Scott Neuman: Yeah. I mean it's it's the classic, you know, fail fast and learn ideally fail small and fast and learn. I'll give you one example. Within our industry, there are a number of events that, you know, third party events that we need to go to. Our customers are their key partners are there are competitions there and so forth.
Every once in a while, new events will pop up or an event that exists. But we've never been to before because we actually now want to shift our market a little bit and reach a new audience. Well, you don't show up the first time. You've never been to an event like, all right, we're going to be a platinum sponsor and, you know, get go for the keynote and have the largest booth in the whole conference.
We have no idea whether this is actually the right event. We're looking at it from a distance. So very often we'll say, you know what, let's send a couple key members of the marketing team, a couple sales guys, and, you know, maybe one from product development, and let's just go get them passes. This year. They're just going to go walk the floor and they're just going to gather Intel.
They're going to take notes, a whole bunch of pictures. And they're going to ask a whole bunch of questions, and they're going to come back and go, you know what? This would be a total waste of money if we do that next year or the flip or go, you know, what is a target rich environment? We absolutely have to be at this event next year.
Let's go big. So it's the little things. But I didn't throw a huge bunch of cash at that event. Just hoping for the best. You know, I kind of dip my toes in it. I let the team. It was a great idea to come in, but I wasn't going to like, you know, use half the budget in the quarter just on a flier.
So and there was a thousand examples, events, just one example. But you could do little events, you know, with account based marketing with a little AB testing and then just get some dip in the toe like into the water where maybe there 100 customers, you want to try a new value proposition out at no harm, you know, or we have a we have customer listening advisory boards all over the company in various segments and personas.
It's a great incubator for us to, you know, throw some things at them and they'll go, oh, now, please don't do that, because I would never use it if you did that. Okay, great. Just wanted to try it. Thank you for your input. So there are so many opportunities in marketing to just test wire, you know, a handful of these without, you know, betting the farm.
Daniel Burstein: And getting that feedback. That is the it's such an important thing. You mentioned making sure you're actually getting that feedback. We've talked about so many different lessons and stories from your career, Scott, if you had to just break it down, what are the key qualities of an effective marketer?
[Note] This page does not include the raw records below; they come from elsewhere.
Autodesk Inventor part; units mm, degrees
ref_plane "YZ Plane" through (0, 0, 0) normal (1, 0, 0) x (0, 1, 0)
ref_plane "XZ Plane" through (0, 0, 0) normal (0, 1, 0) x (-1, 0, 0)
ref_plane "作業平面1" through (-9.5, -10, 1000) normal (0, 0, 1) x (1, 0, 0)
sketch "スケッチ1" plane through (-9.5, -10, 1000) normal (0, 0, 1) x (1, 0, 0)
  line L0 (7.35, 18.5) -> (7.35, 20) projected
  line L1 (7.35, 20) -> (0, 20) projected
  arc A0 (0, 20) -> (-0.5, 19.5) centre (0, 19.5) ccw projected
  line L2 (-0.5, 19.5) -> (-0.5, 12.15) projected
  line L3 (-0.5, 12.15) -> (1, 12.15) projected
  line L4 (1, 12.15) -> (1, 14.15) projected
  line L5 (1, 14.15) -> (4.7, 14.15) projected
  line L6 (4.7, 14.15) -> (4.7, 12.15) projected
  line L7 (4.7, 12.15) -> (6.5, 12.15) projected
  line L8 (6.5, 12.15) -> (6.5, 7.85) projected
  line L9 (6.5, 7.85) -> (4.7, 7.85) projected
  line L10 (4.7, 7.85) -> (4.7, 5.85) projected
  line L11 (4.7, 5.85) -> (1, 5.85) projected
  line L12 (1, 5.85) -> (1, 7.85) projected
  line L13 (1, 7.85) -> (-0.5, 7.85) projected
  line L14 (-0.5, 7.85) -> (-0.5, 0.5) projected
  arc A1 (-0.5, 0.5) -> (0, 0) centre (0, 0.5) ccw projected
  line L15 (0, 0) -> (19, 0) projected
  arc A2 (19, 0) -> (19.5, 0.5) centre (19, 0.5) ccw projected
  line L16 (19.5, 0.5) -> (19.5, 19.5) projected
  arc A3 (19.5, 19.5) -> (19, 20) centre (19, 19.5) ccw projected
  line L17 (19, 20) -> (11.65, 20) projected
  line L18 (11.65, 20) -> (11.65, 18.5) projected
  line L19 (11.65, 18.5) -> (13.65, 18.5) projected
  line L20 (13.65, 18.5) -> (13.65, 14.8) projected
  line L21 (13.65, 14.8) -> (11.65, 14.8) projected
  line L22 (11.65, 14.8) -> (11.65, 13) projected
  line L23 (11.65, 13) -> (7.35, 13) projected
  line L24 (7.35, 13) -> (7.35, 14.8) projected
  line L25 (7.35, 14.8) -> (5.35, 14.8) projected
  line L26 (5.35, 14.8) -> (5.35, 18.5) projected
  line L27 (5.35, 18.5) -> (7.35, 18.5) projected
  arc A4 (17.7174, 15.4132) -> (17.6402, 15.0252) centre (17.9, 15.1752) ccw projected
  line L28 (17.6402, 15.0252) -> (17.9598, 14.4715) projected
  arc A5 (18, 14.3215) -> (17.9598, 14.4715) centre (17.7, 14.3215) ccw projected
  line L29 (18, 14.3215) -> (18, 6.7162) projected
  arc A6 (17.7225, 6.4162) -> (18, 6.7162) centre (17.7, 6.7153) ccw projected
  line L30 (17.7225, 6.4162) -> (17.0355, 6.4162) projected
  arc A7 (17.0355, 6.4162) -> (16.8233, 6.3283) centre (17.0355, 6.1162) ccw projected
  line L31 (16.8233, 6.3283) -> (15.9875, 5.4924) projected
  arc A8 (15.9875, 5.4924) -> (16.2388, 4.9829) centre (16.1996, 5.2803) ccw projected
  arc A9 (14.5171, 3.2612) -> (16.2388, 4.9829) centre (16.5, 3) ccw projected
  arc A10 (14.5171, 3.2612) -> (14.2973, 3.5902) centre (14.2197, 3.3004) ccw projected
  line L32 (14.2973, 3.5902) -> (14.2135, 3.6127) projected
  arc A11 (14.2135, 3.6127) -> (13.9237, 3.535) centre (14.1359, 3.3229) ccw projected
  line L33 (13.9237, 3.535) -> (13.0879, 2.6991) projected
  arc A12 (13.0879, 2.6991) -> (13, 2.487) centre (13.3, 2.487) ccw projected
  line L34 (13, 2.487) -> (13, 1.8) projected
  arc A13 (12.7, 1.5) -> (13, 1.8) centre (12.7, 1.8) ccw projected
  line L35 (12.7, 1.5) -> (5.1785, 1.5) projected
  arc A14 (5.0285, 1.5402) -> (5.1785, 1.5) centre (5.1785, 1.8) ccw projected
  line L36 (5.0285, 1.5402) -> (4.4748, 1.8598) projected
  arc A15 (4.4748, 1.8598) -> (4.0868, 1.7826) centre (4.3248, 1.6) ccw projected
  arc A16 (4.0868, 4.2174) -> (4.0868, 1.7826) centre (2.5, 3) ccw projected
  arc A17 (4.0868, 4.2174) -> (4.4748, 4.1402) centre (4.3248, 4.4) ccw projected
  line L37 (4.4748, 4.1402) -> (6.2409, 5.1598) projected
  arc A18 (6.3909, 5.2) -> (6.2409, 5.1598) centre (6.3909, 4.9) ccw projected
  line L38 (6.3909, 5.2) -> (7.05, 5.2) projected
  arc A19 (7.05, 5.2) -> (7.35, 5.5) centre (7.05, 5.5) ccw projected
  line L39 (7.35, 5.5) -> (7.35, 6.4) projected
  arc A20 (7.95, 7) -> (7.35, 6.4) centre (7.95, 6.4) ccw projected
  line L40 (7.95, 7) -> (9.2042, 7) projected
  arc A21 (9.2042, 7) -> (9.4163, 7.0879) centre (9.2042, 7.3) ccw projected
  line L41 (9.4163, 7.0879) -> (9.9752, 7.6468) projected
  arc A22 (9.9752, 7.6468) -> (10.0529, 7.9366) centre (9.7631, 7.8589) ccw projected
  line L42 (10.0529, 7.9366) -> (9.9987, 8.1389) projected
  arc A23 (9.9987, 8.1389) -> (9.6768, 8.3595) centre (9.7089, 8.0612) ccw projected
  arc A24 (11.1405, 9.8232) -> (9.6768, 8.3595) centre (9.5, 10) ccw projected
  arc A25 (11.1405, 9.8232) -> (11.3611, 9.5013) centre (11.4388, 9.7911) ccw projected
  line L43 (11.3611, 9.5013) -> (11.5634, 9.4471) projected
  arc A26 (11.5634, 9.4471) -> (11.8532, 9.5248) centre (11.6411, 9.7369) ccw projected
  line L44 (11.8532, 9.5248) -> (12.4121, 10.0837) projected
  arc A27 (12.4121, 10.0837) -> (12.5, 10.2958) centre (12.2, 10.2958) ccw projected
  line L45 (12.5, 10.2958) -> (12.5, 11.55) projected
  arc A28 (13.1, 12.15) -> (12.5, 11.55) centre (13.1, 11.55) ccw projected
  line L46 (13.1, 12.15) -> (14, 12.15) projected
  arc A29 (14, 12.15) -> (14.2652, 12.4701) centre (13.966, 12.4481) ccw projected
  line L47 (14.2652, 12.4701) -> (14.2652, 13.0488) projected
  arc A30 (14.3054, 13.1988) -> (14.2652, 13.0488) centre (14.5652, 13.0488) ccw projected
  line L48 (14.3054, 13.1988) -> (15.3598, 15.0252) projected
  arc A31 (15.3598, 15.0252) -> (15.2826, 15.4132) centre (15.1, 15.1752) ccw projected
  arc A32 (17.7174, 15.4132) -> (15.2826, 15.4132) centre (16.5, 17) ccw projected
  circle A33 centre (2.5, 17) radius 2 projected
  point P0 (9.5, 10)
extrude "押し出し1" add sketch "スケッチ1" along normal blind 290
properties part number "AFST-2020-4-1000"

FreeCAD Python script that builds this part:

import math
import FreeCAD as App
import Part
import Sketcher

V = App.Vector
Q = App.Units.Quantity

doc = App.newDocument("Part")
body = doc.addObject("PartDesign::Body", "Body")

# Sketch on XY plane
sketch1 = body.newObject("Sketcher::SketchObject", "Sketch")
sketch1.AttachmentSupport = (doc.getObject("XY_Plane"), [""])
sketch1.MapMode = "FlatFace"
sketch1.AttachmentOffset = App.Placement(V(0, 0, 1000), App.Rotation())
sketch1.addGeometry([
    Part.LineSegment(V(-4.15, 8.5, 0), V(-2.15, 8.5, 0)),  # 0
    Part.LineSegment(V(-2.15, 8.5, 0), V(-2.15, 10, 0)),  # 1
    Part.LineSegment(V(-2.15, 10, 0), V(-9.5, 10, 0)),  # 2
    Part.ArcOfCircle(Part.Circle(V(-9.5, 9.5, 0), V(0, 0, 1), 0.5), math.radians(90), math.radians(180)),  # 3
    Part.LineSegment(V(-10, 9.5, 0), V(-10, 2.15, 0)),  # 4
    Part.LineSegment(V(-10, 2.15, 0), V(-8.5, 2.15, 0)),  # 5
    Part.LineSegment(V(-8.5, 2.15, 0), V(-8.5, 4.15, 0)),  # 6
    Part.LineSegment(V(-8.5, 4.15, 0), V(-4.8, 4.15, 0)),  # 7
    Part.LineSegment(V(-4.8, 4.15, 0), V(-4.8, 2.15, 0)),  # 8
    Part.LineSegment(V(-4.8, 2.15, 0), V(-3, 2.15, 0)),  # 9
    Part.LineSegment(V(-3, 2.15, 0), V(-3, -2.15, 0)),  # 10
    Part.LineSegment(V(-3, -2.15, 0), V(-4.8, -2.15, 0)),  # 11
    Part.LineSegment(V(-4.8, -2.15, 0), V(-4.8, -4.15, 0)),  # 12
    Part.LineSegment(V(-4.8, -4.15, 0), V(-8.5, -4.15, 0)),  # 13
    Part.LineSegment(V(-8.5, -4.15, 0), V(-8.5, -2.15, 0)),  # 14
    Part.LineSegment(V(-8.5, -2.15, 0), V(-10, -2.15, 0)),  # 15
    Part.LineSegment(V(-10, -2.15, 0), V(-10, -9.5, 0)),  # 16
    Part.ArcOfCircle(Part.Circle(V(-9.5, -9.5, 0), V(0, 0, 1), 0.5), math.radians(180), math.radians(270)),  # 17
    Part.LineSegment(V(-9.5, -10, 0), V(9.5, -10, 0)),  # 18
    Part.ArcOfCircle(Part.Circle(V(9.5, -9.5, 0), V(0, 0, 1), 0.5), math.radians(-90), math.radians(0)),  # 19
    Part.LineSegment(V(10, -9.5, 0), V(10, 9.5, 0)),  # 20
    Part.ArcOfCircle(Part.Circle(V(9.5, 9.5, 0), V(0, 0, 1), 0.5), math.radians(0), math.radians(90)),  # 21
    Part.LineSegment(V(9.5, 10, 0), V(2.15, 10, 0)),  # 22
    Part.LineSegment(V(2.15, 10, 0), V(2.15, 8.5, 0)),  # 23
    Part.LineSegment(V(2.15, 8.5, 0), V(4.15, 8.5, 0)),  # 24
    Part.LineSegment(V(4.15, 8.5, 0), V(4.15, 4.8, 0)),  # 25
    Part.LineSegment(V(4.15, 4.8, 0), V(2.15, 4.8, 0)),  # 26
    Part.LineSegment(V(2.15, 4.8, 0), V(2.15, 3, 0)),  # 27
    Part.LineSegment(V(2.15, 3, 0), V(-2.15, 3, 0)),  # 28
    Part.LineSegment(V(-2.15, 3, 0), V(-2.15, 4.8, 0)),  # 29
    Part.LineSegment(V(-2.15, 4.8, 0), V(-4.15, 4.8, 0)),  # 30
    Part.LineSegment(V(-4.15, 4.8, 0), V(-4.15, 8.5, 0)),  # 31
    Part.ArcOfCircle(Part.Circle(V(7, 7, 0), V(0, 0, 1), 1.999999), math.radians(-52.50442), math.radians(232.50442)),  # 32
    Part.ArcOfCircle(Part.Circle(V(8.4, 5.1752, 0), V(0, 0, 1), 0.299978), math.radians(127.49639), math.radians(210.000728)),  # 33
    Part.LineSegment(V(8.1402, 5.0252, 0), V(8.4598, 4.4715, 0)),  # 34
    Part.ArcOfCircle(Part.Circle(V(8.2, 4.3215, 0), V(0, 0, 1), 0.3), math.radians(0), math.radians(30.000728)),  # 35
    Part.LineSegment(V(8.5, 4.3215, 0), V(8.5, -3.2838, 0)),  # 36
    Part.ArcOfCircle(Part.Circle(V(8.2, -3.2847, 0), V(0, 0, 1), 0.299945), math.radians(-85.697989), math.radians(0.171887)),  # 37
    Part.LineSegment(V(8.2225, -3.5838, 0), V(7.5355, -3.5838, 0)),  # 38
    Part.ArcOfCircle(Part.Circle(V(7.5355, -3.8838, 0), V(0, 0, 1), 0.3), math.radians(90), math.radians(135.013504)),  # 39
    Part.LineSegment(V(7.3233, -3.6717, 0), V(6.4875, -4.5076, 0)),  # 40
    Part.ArcOfCircle(Part.Circle(V(6.6996, -4.7197, 0), V(0, 0, 1), 0.299955), math.radians(135), math.radians(277.508815)),  # 41
    Part.ArcOfCircle(Part.Circle(V(7, -7, 0), V(0, 0, 1), 2.000029), math.radians(172.495846), math.radians(457.504154)),  # 42
    Part.ArcOfCircle(Part.Circle(V(4.7197, -6.6996, 0), V(0, 0, 1), 0.299972), math.radians(-7.508815), math.radians(75.009533)),  # 43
Scott Neuman: Oh, gosh. I mean, today with the masterclass and the way it's evolving at hyper speed, I mean, faster than anything we've ever seen before. The classic book of, you know, what got you here won't get you there. It's never been true. Or from a marketing perspective, you know, it feels like every week, you know, there's there's some other breakthrough or some other tool, you know, some other consulting firm, whatever it is that's showing up on your radar.
And if you're not showing up with a curious mindset to say, yes, there are a lot of things I still don't know, and you show up with that every single day and ideally that excites you. That is the first step. One, because if you're thinking, hey, look, I know marketing, I'm fine. I don't need to read any more blogs.
I don't need the latest anymore podcasts. You know, I don't need to go any more conferences. Like, you know, you're setting yourself for failure. You've got to start there.
Daniel Burstein: You heard Scott. You got to keep listening to podcasts, especially this one. How I made it marketing. So all right, guys, thank you so much for your time today. I learned a lot.
Scott Neuman: Daniel, thank you for the time. I enjoyed the conversation.
Daniel Burstein: And thanks to everyone for listening.